Of songs and stories

Cahyawardhani
wordbiting
Published in
8 min readAug 26, 2018

First song

I remember how it all began. Freshers week, yellowing leaves marking the welcoming of autumn, shy smiles of new students trying to fit in, clubs trying to recruit new members, and of course, the dozens of Instagram posts at any given time asserting their old friends that hey, I’m cool and all in this new uni!

In short, it’s your typical picture-perfect opening scene for any romantic comedy movie ever — except that I don’t belong in any of your typical female lead trope. This is a story of a mediocre girl: most of the time I feel okay-ish with how I look, I’d settle for a B+ grade, I listen to Spotify’s Today’s Top Hits playlist, sing in the shower, my favorite Instagram and/or Snapchat filter is the dog ear one (only because it makes my face smaller and eyes bigger — you know, like everyone else), and most importantly, I narrate my daily life.

So, it’s only natural that upon seeing one fine senior handing out flyers for the debate club, Frankie Valli’s Can’t Take My Eyes Off of You blared loudly in my head, complete with the wind effect and slow-mo vision.

But no, the first song is not Frankie Valli’s classic — instead it’s a band fanfare in the background, excited chatters of freshers, and the unapologetically loud laugh of seniors.
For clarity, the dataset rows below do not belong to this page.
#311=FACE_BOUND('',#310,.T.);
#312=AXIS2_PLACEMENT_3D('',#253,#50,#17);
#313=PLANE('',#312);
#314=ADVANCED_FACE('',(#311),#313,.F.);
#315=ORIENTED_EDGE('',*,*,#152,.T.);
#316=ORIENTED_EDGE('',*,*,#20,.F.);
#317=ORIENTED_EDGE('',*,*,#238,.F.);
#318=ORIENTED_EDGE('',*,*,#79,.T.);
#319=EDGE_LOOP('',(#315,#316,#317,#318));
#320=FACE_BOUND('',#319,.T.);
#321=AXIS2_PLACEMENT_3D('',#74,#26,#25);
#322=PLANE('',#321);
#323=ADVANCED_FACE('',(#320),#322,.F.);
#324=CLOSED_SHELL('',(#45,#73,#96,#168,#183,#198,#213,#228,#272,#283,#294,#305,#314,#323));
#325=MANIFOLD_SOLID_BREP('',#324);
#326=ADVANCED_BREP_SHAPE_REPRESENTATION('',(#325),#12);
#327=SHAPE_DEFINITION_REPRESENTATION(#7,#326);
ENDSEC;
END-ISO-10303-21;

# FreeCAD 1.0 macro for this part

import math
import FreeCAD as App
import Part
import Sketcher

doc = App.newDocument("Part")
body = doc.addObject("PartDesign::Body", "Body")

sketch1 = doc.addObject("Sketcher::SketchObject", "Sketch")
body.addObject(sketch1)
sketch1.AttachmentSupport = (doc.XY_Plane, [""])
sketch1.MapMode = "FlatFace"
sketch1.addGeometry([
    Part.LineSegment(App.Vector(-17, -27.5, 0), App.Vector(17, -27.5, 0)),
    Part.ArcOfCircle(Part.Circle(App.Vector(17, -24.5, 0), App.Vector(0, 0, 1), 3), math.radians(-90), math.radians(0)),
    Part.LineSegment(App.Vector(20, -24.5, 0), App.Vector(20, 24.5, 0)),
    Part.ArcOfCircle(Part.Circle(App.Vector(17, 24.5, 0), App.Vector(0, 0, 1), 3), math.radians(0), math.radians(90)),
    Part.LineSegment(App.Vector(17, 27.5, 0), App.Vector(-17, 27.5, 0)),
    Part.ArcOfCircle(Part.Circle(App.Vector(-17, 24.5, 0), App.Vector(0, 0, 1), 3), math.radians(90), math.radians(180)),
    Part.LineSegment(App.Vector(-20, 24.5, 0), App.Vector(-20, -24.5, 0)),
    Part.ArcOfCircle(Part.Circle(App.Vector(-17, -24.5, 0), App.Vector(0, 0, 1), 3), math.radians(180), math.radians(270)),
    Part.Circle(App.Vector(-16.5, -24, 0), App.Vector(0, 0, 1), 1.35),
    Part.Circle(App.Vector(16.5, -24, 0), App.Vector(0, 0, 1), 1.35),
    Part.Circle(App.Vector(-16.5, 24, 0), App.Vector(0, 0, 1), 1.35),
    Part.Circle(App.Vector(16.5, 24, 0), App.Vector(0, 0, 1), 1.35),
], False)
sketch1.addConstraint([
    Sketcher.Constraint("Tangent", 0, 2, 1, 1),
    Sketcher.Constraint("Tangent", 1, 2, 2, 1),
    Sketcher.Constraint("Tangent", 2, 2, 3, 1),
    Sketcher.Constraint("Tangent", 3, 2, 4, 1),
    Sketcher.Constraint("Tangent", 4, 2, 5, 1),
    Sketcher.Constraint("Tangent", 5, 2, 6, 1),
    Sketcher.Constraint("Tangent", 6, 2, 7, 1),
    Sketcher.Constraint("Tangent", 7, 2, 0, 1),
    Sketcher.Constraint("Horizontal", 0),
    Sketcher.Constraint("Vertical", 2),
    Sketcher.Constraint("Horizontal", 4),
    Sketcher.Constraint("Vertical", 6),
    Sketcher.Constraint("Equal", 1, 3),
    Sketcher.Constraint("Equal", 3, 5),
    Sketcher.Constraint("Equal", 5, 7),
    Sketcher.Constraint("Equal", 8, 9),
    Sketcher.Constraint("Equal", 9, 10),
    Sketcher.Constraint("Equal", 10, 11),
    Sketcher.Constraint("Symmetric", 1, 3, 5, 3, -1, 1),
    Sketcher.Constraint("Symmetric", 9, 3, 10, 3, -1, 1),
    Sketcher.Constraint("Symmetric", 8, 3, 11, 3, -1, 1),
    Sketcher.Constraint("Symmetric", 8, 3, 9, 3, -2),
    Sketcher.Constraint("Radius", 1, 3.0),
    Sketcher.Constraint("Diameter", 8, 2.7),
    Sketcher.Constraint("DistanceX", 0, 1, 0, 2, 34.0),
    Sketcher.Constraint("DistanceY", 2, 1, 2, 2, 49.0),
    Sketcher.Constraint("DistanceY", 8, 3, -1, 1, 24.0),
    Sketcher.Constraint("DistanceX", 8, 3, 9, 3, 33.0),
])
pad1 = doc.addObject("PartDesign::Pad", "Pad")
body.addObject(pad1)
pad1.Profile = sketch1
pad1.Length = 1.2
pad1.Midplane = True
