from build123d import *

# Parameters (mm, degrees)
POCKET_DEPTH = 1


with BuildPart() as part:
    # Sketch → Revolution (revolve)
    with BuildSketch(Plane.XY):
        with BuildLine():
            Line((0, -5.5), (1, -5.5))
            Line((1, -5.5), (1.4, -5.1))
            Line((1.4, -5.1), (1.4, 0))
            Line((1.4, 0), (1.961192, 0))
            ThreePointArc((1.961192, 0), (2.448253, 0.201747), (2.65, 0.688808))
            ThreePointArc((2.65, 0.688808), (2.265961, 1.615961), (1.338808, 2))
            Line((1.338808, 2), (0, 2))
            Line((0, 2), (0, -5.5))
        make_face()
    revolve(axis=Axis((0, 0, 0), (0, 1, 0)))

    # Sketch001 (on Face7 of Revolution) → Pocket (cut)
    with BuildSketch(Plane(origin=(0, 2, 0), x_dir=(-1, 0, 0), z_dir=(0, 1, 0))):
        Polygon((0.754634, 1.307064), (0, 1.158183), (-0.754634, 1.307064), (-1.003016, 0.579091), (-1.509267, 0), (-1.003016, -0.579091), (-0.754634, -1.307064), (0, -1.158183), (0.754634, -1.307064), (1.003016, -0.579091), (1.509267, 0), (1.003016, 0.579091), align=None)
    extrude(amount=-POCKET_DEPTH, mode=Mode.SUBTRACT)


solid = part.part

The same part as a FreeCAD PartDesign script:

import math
import FreeCAD as App
import Part
import Sketcher

V = App.Vector
Q = App.Units.Quantity


def add_polygon(sketch, points):
    """Adds a closed chain of lines whose ends are joined by coincident constraints."""
    first, n = sketch.GeometryCount, len(points)
    for a, b in zip(points, points[1:] + points[:1]):
        sketch.addGeometry(Part.LineSegment(App.Vector(*a, 0), App.Vector(*b, 0)), False)
    for i in range(n):
        sketch.addConstraint(Sketcher.Constraint("Coincident", first + i, 2, first + (i + 1) % n, 1))

doc = App.newDocument("Part")
body = doc.addObject("PartDesign::Body", "Body")

sketch1 = body.newObject("Sketcher::SketchObject", "Sketch")
sketch1.AttachmentSupport = (doc.getObject("XY_Plane"), [""])
sketch1.MapMode = "FlatFace"
sketch1.addGeometry([
    Part.LineSegment(V(0, -5.5, 0), V(1, -5.5, 0)),
    Part.LineSegment(V(1, -5.5, 0), V(1.4, -5.1, 0)),
    Part.LineSegment(V(1.4, -5.1, 0), V(1.4, 0, 0)),
    Part.LineSegment(V(1.4, 0, 0), V(1.961192, 0, 0)),
    Part.ArcOfCircle(Part.Circle(V(1.961193, 0.688807, 0), V(0, 0, 1), 0.688807), math.radians(-90.000055), math.radians(0.000055)),
    Part.ArcOfCircle(Part.Circle(V(1.338809, 0.688809, 0), V(0, 0, 1), 1.311191), math.radians(-0.000037), math.radians(90.000037)),
    Part.LineSegment(V(1.338808, 2, 0), V(0, 2, 0)),
    Part.LineSegment(V(0, 2, 0), V(0, -5.5, 0)),
], False)
sketch1.addConstraint([
    Sketcher.Constraint("Coincident", 0, 2, 1, 1),
    Sketcher.Constraint("Coincident", 1, 2, 2, 1),
    Sketcher.Constraint("Coincident", 2, 2, 3, 1),
    Sketcher.Constraint("Tangent", 3, 2, 4, 1),
    Sketcher.Constraint("Tangent", 4, 2, 5, 1),
    Sketcher.Constraint("Tangent", 5, 2, 6, 1),
    Sketcher.Constraint("Coincident", 6, 2, 7, 1),
    Sketcher.Constraint("Coincident", 7, 2, 0, 1),
    Sketcher.Constraint("Horizontal", 0),
    Sketcher.Constraint("Vertical", 2),
    Sketcher.Constraint("Horizontal", 3),
    Sketcher.Constraint("Horizontal", 6),
    Sketcher.Constraint("Vertical", 7),
    Sketcher.Constraint("PointOnObject", 2, 2, -1),
    Sketcher.Constraint("PointOnObject", 6, 2, -2),
    Sketcher.Constraint("Horizontal", 4, 3, 5, 3),
    Sketcher.Constraint("DistanceX", 0, 1, 0, 2, 1.0),
    Sketcher.Constraint("Angle", 1, Q("45 deg")),
    Sketcher.Constraint("DistanceY", 2, 1, 2, 2, 5.1),
    Sketcher.Constraint("DistanceY", 7, 2, 7, 1, 7.5),
    Sketcher.Constraint("DistanceY", -1, 1, 5, 2, 2.0),
    Sketcher.Constraint("DistanceX", -1, 1, 4, 2, 2.65),
    Sketcher.Constraint("Radius", 5, 1.311191),
])
revolution = body.newObject("PartDesign::Revolution", "Revolution")
revolution.Profile = sketch1
revolution.ReferenceAxis = (sketch1, ["V_Axis"])
revolution.Angle = 360

sketch2 = body.newObject("Sketcher::SketchObject", "Sketch001")
sketch2.AttachmentSupport = (doc.getObject("XZ_Plane"), [""])
sketch2.MapMode = "FlatFace"
sketch2.AttachmentOffset = App.Placement(V(0, 0, -2), App.Rotation())
add_polygon(sketch2, [(-0.754634, 1.307064), (0, 1.158183), (0.754634, 1.307064), (1.003016, 0.579091), (1.509267, 0), (1.003016, -0.579091), (0.754634, -1.307064), (0, -1.158183), (-0.754634, -1.307064), (-1.003016, -0.579091), (-1.509267, 0), (-1.003016, 0.579091)])
sketch2.addConstraint([
    Sketcher.Constraint("Symmetric", 0, 2, 6, 2, -1, 1),
    Sketcher.Constraint("Symmetric", 1, 2, 7, 2, -1, 1),
    Sketcher.Constraint("Symmetric", 2, 2, 8, 2, -1, 1),
    Sketcher.Constraint("Symmetric", 3, 2, 9, 2, -1, 1),
    Sketcher.Constraint("Symmetric", 4, 2, 10, 2, -1, 1),
    Sketcher.Constraint("Symmetric", 5, 2, 11, 2, -1, 1),
    Sketcher.Constraint("Symmetric", 5, 2, 7, 2, -2),
    Sketcher.Constraint("Symmetric", 4, 2, 8, 2, -2),
    Sketcher.Constraint("PointOnObject", 0, 2, -2),
    Sketcher.Constraint("PointOnObject", 3, 2, -1),
    Sketcher.Constraint("Equal", 1, 2),
    Sketcher.Constraint("Equal", 2, 3),
    Sketcher.Constraint("Distance", 0, 0.76918),
    Sketcher.Constraint("DistanceY", -1, 1, 2, 2, 0.579091),
    Sketcher.Constraint("DistanceY", 0, 2, 1, 2, 0.148881),
    Sketcher.Constraint("DistanceX", 1, 2, 2, 2, 0.248382),
])
pocket1 = body.newObject("PartDesign::Pocket", "Pocket")
pocket1.Profile = sketch2
pocket1.Length = 1
pocket1.Reversed = True

doc.recompute()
The first song is how you bumped into me, said sorry, waved your right hand, and walked away with your friends. The first song is how truly unimpressive we first met, and how I couldn’t have imagined of the profound and lasting impact you’d have on me.

Second song

The faculty’s decision to paint the lecture hall ivory was fueled by the desire to look elegant and expensive, but cheap enough and longer-lasting than wooden paneled walls. The second song was a lecture on Hofstede’s Cultural Dimension and the buzzing sound the projector makes.

It would’ve been nicer if the second song was Dua Lipa’s New Rules, as how a girl’s phone suddenly played that song that brought an abrupt end to the lecture. Thanks to her (although the poor girl had to stay after class), the lecture was cut short and the professor asked us to convene in pre-assigned pairs and start the semester-long project on anthropology in business.

It was then when we first talked — I could’ve said it was fated by the universe but in its most honest sense, it was really just because of the lecturer’s pairing system. We learned each other’s name and agreed on how we’ll work this forward. It was your typical lecture.

Third song

Running through this playlist in my head, I slowly realized how the weather outside changed. I was so certain that today is a fine summer morning, so the strong wind and gloomy sky didn’t add up. Little by little the droplets of water became more violent, until it raged a thunderstorm. It was just like that day in the library.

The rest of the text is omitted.